Woo Daves says he usually carries "at least 19 to 21 rods to a tournament" -- and that's in his boat, not his truck. Why so many? Because you have to be ready for anything.
"You hope that your plan of attack will work," he says. If not, "you hope you can narrow it down to what's really working well, but that doesn't always work either."
As an example of such cases, he cites his win of the 2000 BASS Masters Classic. When winds forced all the competitors off Lake Michigan for almost all of the three competition days, which killed all the pre-practice patterns the pros found, Daves had the gear on board to improvise.
He won by fishing a tube with 6-pound line -- using a Zebco push-button spin- cast reel on a flipping stick. The reason for that odd set-up was to get the tube to "fall straight down in the grass," Daves says. He needed a reel that would let the tube fall completely straight and a rod long enough to stay far enough back in the clear water, and he had them in his rod locker.
Junk Fishing
Pros use the term "junk fishing" to refer to fishing a non-pattern pattern, if you will. A fish here and a fish there. Daves is one of several pros who likes to junk-fish whenever he gets the opportunity, and he says his plethora of gear helps him do that better.
"It could be a lily pad, a stump, a dropoff or a boat dock. You approach each one with the lure (and rod and reel) you think would work best. You might want to flip the outside of a dock or skip a lure under it. That requires two different setups."
He notes that at the Eufaula BASSMASTER, he fished "buzzbaits, topwaters, a lizard on a spinning rod, a Carolina rig, a Fluke and flipped a jig. It just depended on where I was and what I felt like was best way to fish that structure."

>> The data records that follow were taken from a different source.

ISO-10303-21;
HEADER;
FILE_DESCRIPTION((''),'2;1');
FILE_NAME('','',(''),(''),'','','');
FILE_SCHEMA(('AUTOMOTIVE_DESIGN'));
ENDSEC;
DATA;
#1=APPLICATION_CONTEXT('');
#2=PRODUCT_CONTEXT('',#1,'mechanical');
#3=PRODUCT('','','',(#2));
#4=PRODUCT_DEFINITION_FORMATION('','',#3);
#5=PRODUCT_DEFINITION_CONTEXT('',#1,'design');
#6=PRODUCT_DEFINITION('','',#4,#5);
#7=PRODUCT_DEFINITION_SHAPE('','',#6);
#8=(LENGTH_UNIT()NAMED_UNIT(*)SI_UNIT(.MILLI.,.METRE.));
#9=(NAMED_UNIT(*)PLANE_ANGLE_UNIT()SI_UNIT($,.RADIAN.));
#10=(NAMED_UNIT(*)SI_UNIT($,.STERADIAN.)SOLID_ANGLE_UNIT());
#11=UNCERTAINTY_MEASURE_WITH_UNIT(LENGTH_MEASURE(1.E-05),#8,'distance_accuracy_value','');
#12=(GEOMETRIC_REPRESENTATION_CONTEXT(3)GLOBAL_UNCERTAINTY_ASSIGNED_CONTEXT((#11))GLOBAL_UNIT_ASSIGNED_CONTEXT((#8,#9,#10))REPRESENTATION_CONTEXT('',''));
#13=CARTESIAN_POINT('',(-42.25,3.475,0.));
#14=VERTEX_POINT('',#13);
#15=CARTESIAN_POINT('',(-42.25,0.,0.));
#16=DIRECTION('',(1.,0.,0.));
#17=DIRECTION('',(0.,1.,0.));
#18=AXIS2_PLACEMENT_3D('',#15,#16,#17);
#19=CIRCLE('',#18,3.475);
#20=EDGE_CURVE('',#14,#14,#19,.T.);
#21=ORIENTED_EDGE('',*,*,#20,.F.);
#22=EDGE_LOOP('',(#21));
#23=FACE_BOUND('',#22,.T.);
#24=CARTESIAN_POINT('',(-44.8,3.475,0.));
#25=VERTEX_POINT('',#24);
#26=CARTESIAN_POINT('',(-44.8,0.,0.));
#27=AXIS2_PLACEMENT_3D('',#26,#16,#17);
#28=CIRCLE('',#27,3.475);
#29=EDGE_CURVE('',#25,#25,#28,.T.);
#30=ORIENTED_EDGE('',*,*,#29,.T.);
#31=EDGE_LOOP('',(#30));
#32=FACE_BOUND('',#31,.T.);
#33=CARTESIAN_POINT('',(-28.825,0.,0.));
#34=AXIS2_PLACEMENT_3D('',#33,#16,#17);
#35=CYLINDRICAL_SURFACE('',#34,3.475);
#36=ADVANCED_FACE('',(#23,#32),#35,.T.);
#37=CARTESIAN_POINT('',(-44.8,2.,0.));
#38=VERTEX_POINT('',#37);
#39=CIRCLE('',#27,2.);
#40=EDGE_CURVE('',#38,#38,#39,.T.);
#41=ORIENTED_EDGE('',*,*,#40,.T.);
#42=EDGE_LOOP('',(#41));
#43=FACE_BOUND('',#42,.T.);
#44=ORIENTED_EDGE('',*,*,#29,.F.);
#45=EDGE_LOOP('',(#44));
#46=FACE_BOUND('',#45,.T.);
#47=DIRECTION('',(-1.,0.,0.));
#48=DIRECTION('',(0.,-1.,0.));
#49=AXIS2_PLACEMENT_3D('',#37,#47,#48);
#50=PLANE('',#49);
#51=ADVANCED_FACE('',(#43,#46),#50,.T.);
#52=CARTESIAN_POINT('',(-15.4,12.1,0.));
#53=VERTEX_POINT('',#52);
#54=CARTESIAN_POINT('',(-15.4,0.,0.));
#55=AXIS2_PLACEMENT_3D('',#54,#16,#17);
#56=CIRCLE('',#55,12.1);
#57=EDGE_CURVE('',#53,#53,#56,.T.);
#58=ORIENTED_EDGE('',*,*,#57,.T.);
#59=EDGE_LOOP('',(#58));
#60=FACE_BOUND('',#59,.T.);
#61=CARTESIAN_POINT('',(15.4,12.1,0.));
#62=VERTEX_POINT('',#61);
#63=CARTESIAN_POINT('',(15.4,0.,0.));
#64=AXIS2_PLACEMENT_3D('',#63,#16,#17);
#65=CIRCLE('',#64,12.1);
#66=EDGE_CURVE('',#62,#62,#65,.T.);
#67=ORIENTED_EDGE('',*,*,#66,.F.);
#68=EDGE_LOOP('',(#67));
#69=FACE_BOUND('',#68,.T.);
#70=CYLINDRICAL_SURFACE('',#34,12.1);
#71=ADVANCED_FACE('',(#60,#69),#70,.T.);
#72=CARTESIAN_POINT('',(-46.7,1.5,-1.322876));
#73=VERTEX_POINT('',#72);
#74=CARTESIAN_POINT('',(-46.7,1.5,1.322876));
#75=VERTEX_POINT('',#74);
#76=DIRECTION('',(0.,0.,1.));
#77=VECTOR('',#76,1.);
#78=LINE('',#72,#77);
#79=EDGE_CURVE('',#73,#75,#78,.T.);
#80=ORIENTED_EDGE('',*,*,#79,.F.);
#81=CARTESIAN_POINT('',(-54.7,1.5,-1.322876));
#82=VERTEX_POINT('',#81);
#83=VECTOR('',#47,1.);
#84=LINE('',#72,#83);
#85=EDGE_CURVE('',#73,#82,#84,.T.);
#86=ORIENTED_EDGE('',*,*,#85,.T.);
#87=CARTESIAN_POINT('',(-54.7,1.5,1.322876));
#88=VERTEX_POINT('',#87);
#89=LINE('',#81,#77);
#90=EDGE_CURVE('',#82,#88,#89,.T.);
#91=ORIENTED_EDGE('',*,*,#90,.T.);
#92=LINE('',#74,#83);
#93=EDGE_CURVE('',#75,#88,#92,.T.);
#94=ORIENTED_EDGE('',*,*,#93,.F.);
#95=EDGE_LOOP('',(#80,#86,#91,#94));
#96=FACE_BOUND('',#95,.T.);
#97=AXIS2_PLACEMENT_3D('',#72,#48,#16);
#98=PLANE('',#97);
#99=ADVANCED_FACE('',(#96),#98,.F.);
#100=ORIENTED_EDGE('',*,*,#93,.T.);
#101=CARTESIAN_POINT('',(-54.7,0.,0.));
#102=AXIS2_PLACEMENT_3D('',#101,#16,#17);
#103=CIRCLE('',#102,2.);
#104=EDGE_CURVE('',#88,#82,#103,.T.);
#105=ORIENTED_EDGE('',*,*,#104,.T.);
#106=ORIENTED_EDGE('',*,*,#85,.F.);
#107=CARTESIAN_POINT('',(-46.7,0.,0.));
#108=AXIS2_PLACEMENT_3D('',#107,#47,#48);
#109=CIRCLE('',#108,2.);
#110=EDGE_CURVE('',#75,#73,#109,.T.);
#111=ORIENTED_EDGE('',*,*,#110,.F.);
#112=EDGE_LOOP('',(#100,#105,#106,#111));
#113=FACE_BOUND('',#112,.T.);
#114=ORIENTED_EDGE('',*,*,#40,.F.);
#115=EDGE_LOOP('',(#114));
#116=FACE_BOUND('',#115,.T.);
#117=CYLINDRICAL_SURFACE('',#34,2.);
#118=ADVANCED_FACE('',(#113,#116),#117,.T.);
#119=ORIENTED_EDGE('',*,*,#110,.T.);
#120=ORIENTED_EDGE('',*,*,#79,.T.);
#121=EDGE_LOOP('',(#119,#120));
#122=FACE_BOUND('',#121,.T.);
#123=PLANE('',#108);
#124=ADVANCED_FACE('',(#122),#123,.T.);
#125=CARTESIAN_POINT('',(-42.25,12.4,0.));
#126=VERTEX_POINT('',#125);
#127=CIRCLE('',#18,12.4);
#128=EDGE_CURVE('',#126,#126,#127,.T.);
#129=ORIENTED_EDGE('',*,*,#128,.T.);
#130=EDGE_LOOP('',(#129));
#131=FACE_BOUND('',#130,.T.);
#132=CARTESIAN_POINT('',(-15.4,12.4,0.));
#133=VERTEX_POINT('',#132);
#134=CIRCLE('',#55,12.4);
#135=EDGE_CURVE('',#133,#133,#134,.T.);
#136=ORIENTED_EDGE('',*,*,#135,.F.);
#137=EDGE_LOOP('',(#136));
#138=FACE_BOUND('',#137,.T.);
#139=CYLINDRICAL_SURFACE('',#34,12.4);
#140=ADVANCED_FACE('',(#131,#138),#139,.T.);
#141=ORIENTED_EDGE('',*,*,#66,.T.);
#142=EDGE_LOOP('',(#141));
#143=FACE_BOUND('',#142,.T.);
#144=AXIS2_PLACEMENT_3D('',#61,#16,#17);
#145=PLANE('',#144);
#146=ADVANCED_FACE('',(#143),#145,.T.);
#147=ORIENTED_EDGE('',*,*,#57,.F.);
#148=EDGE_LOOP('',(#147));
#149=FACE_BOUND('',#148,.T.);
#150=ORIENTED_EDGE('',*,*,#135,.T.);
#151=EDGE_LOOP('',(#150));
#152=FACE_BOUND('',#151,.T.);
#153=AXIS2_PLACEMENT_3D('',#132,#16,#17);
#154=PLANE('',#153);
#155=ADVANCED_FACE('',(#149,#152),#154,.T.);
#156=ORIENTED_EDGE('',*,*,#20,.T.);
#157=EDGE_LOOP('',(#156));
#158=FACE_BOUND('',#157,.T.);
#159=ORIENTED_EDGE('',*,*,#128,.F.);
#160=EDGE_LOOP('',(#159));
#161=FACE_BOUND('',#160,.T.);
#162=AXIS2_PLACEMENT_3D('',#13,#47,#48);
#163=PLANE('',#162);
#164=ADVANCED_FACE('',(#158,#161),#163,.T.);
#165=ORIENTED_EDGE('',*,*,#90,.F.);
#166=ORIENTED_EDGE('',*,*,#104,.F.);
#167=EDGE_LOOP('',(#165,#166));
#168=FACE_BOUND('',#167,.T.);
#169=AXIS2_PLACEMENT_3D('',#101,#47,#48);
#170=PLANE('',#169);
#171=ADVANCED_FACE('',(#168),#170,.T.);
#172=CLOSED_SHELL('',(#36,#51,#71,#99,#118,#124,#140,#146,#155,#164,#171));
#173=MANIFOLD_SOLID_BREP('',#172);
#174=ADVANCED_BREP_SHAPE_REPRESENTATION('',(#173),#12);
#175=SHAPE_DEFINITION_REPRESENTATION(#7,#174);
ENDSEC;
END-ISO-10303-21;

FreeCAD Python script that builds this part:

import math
import FreeCAD as App
import Part
import Sketcher

V = App.Vector


def add_polygon(sketch, points):
    """Adds a closed chain of lines whose ends are joined by coincident constraints."""
    first, n = sketch.GeometryCount, len(points)
    for a, b in zip(points, points[1:] + points[:1]):
        sketch.addGeometry(Part.LineSegment(App.Vector(*a, 0), App.Vector(*b, 0)), False)
    for i in range(n):
        sketch.addConstraint(Sketcher.Constraint("Coincident", first + i, 2, first + (i + 1) % n, 1))

doc = App.newDocument("Part")
body = doc.addObject("PartDesign::Body", "Body")

# Sketch on XY plane
sketch1 = doc.addObject("Sketcher::SketchObject", "Sketch")
body.addObject(sketch1)
sketch1.AttachmentSupport = (doc.XY_Plane, [""])
sketch1.MapMode = "FlatFace"
add_polygon(sketch1, [(-15.4, 12.4), (-42.25, 12.4), (-42.25, 3.475), (-44.8, 3.475), (-44.8, 2), (-54.7, 2), (-54.7, 0), (15.4, 0), (15.4, 12.1), (-15.4, 12.1)])  # lines 0-9
sketch1.addConstraint(Sketcher.Constraint("Horizontal", 0))
sketch1.addConstraint(Sketcher.Constraint("Vertical", 1))
sketch1.addConstraint(Sketcher.Constraint("Horizontal", 2))
sketch1.addConstraint(Sketcher.Constraint("Vertical", 3))
sketch1.addConstraint(Sketcher.Constraint("Horizontal", 4))
sketch1.addConstraint(Sketcher.Constraint("Vertical", 5))
sketch1.addConstraint(Sketcher.Constraint("Horizontal", 6))
sketch1.addConstraint(Sketcher.Constraint("Vertical", 7))
sketch1.addConstraint(Sketcher.Constraint("Horizontal", 8))
sketch1.addConstraint(Sketcher.Constraint("Vertical", 9))
sketch1.addConstraint(Sketcher.Constraint("PointOnObject", 5, 2, -1))
sketch1.addConstraint(Sketcher.Constraint("DistanceY", 5, 2, 5, 1, 2.0))
sketch1.addConstraint(Sketcher.Constraint("DistanceX", 4, 2, 4, 1, 9.9))
sketch1.addConstraint(Sketcher.Constraint("DistanceX", 6, 1, 6, 2, 70.1))
sketch1.addConstraint(Sketcher.Constraint("DistanceX", 8, 2, 8, 1, 30.8))
sketch1.addConstraint(Sketcher.Constraint("DistanceY", 7, 1, 7, 2, 12.1))
sketch1.addConstraint(Sketcher.Constraint("DistanceY", 9, 1, 9, 2, 0.3))
sketch1.addConstraint(Sketcher.Constraint("DistanceX", 0, 2, 0, 1, 26.85))
sketch1.addConstraint(Sketcher.Constraint("DistanceX", 2, 2, -1, 1, 44.8))
sketch1.addConstraint(Sketcher.Constraint("DistanceY", 1, 2, 1, 1, 8.925))
revolution = doc.addObject("PartDesign::Revolution", "Revolution")
body.addObject(revolution)
revolution.Profile = sketch1
revolution.ReferenceAxis = (sketch1, ["H_Axis"])
revolution.Angle = 360

# Sketch on YZ plane
sketch2 = doc.addObject("Sketcher::SketchObject", "Sketch001")
body.addObject(sketch2)
sketch2.AttachmentSupport = (doc.YZ_Plane, [""])
sketch2.MapMode = "FlatFace"
sketch2.AttachmentOffset = App.Placement(V(0, 0, -46.7), App.Rotation())
sketch2.addGeometry(Part.LineSegment(V(1.5, -1.322876, 0), V(1.5, 1.322876, 0)), False)
sketch2.addGeometry(Part.ArcOfCircle(Part.Circle(V(0, 0, 0), V(0, 0, 1), 2), math.radians(-41.409622), math.radians(41.409622)), False)
sketch2.addConstraint(Sketcher.Constraint("Coincident", 0, 1, 1, 1))
sketch2.addConstraint(Sketcher.Constraint("Coincident", 1, 2, 0, 2))
sketch2.addConstraint(Sketcher.Constraint("Vertical", 0))
sketch2.addConstraint(Sketcher.Constraint("Coincident", 1, 3, -1, 1))
sketch2.addConstraint(Sketcher.Constraint("Radius", 1, 2.0))
sketch2.addConstraint(Sketcher.Constraint("DistanceX", -1, 1, 0, 1, 1.5))
pocket1 = doc.addObject("PartDesign::Pocket", "Pocket")
body.addObject(pocket1)
pocket1.Profile = sketch2
pocket1.Length = 8

doc.recompute()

Don't Leave a Green Pasture
"When I'm fishing, I'm trying to analyze each thing -- how I should fish it best, rather than just going all day, say, fishing a Carolina rig on points," Daves says. "If I see a laydown tree, I might go over and fish it with a spinnerbait. If I then move out to a ledge in 10 feet of water, I'll be fishing a crankbait, a spinnerbait, a Carolina rig and I'll be hopping a jig."
He fishes multiple techniques in one spot even if he's gotten all his bites with a single technique. "I try to make them bite with a different technique rather than leave because I know fish are there. I think most people catch a fish with one technique, and leave. But I don't want to leave a green pasture.
"I'm not going to catch them all with one thing," he says. "If I feel like I'm in an area with fish, I'll fish other things to try to get something going."
Learn Soft-Plastics
"Certain fishermen out there just stick with one technique," Daves notes. "If the fish aren't biting spinnerbaits one year, you can bet that certain guys won't be in the Classic.
"But I feel like I can be pretty good with anything. I've fished tournaments when I've caught every fish on a crankbait, topwater, floating worm or Carolina rig, but as a general rule I try lots of things."
For those who don't have wide-ranging expertise with various fishing techniques, Daves recommends mastering soft-plastic baits. "They all basically fish about the same," he says.
The reason is that "more bass are caught on soft-plastic baits than all the other lures put together." Plus "it's a good way to learn. You develop feel and confidence, and they teach you to concentrate. You also fish slower, and study structure more. That helps you when you're fishing other lures."
Soft-plastics also "catch fish from Florida to New York to California."
"You don't want to just go out 24/7 with a jig or any other lure," Daves says. "You want to become versatile."
And if you have a problem learning new techniques, use the old tried and true method of leaving everything else at home. "I used to not catch any fish on a jig or a worm," he says. "But I left everything else home and just fished with those. It worked."